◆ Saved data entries
---*---

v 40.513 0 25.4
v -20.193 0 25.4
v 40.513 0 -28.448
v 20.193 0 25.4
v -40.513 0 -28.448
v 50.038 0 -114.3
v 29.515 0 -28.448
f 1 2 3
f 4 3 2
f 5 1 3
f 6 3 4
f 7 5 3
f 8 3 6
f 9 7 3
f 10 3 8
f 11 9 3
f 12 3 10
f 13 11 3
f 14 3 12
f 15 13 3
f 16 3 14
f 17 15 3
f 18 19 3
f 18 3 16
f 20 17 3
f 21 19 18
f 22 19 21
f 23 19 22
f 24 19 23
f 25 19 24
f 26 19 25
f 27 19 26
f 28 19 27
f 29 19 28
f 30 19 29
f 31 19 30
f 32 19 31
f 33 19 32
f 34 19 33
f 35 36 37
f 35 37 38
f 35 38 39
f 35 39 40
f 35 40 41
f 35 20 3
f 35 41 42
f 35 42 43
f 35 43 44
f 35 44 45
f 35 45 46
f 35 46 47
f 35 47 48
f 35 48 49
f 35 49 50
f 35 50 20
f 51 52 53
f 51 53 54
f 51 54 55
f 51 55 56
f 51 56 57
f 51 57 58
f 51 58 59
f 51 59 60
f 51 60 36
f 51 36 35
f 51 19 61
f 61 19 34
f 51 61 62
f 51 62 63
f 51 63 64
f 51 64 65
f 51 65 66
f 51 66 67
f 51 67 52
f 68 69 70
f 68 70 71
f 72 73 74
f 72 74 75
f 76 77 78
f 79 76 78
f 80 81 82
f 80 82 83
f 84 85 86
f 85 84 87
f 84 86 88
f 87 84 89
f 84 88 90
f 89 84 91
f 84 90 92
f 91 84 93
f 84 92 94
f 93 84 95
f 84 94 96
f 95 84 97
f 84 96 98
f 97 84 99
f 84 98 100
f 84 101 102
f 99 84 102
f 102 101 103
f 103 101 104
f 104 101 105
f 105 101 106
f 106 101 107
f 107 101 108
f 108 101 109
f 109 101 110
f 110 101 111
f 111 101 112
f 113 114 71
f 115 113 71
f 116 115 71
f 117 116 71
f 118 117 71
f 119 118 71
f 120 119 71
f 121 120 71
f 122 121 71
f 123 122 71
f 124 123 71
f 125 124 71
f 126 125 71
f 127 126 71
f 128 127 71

---*---

◆ What is needed
The records above must be restated. Preserve every word.

◆ Written response
v 40.513 0 25.4
v -20.193 0 25.4
v 40.513 0 -28.448
v 20.193 0 25.4
v -40.513 0 -28.448
v 50.038 0 -114.3
v 29.515 0 -28.448
f 1 2 3
f 4 3 2
f 5 1 3
f 6 3 4
f 7 5 3
f 8 3 6
f 9 7 3
f 10 3 8
f 11 9 3
f 12 3 10
f 13 11 3
f 14 3 12
f 15 13 3
f 16 3 14
f 17 15 3
f 18 19 3
f 18 3 16
f 20 17 3
f 21 19 18
f 22 19 21
f 23 19 22
f 24 19 23
f 25 19 24
f 26 19 25
f 27 19 26
f 28 19 27
f 29 19 28
f 30 19 29
f 31 19 30
f 32 19 31
f 33 19 32
f 34 19 33
f 35 36 37
f 35 37 38
f 35 38 39
f 35 39 40
f 35 40 41
f 35 20 3
f 35 41 42
f 35 42 43
f 35 43 44
f 35 44 45
f 35 45 46
f 35 46 47
f 35 47 48
f 35 48 49
f 35 49 50
f 35 50 20
f 51 52 53
f 51 53 54
f 51 54 55
f 51 55 56
f 51 56 57
f 51 57 58
f 51 58 59
f 51 59 60
f 51 60 36
f 51 36 35
f 51 19 61
f 61 19 34
f 51 61 62
f 51 62 63
f 51 63 64
f 51 64 65
f 51 65 66
f 51 66 67
f 51 67 52
f 68 69 70
f 68 70 71
f 72 73 74
f 72 74 75
f 76 77 78
f 79 76 78
f 80 81 82
f 80 82 83
f 84 85 86
f 85 84 87
f 84 86 88
f 87 84 89
f 84 88 90
f 89 84 91
f 84 90 92
f 91 84 93
f 84 92 94
f 93 84 95
f 84 94 96
f 95 84 97
f 84 96 98
f 97 84 99
f 84 98 100
f 84 101 102
f 99 84 102
f 102 101 103
f 103 101 104
f 104 101 105
f 105 101 106
f 106 101 107
f 107 101 108
f 108 101 109
f 109 101 110
f 110 101 111
f 111 101 112
f 113 114 71
f 115 113 71
f 116 115 71
f 117 116 71
f 118 117 71
f 119 118 71
f 120 119 71
f 121 120 71
f 122 121 71
f 123 122 71
f 124 123 71
f 125 124 71
f 126 125 71
f 127 126 71
f 128 127 71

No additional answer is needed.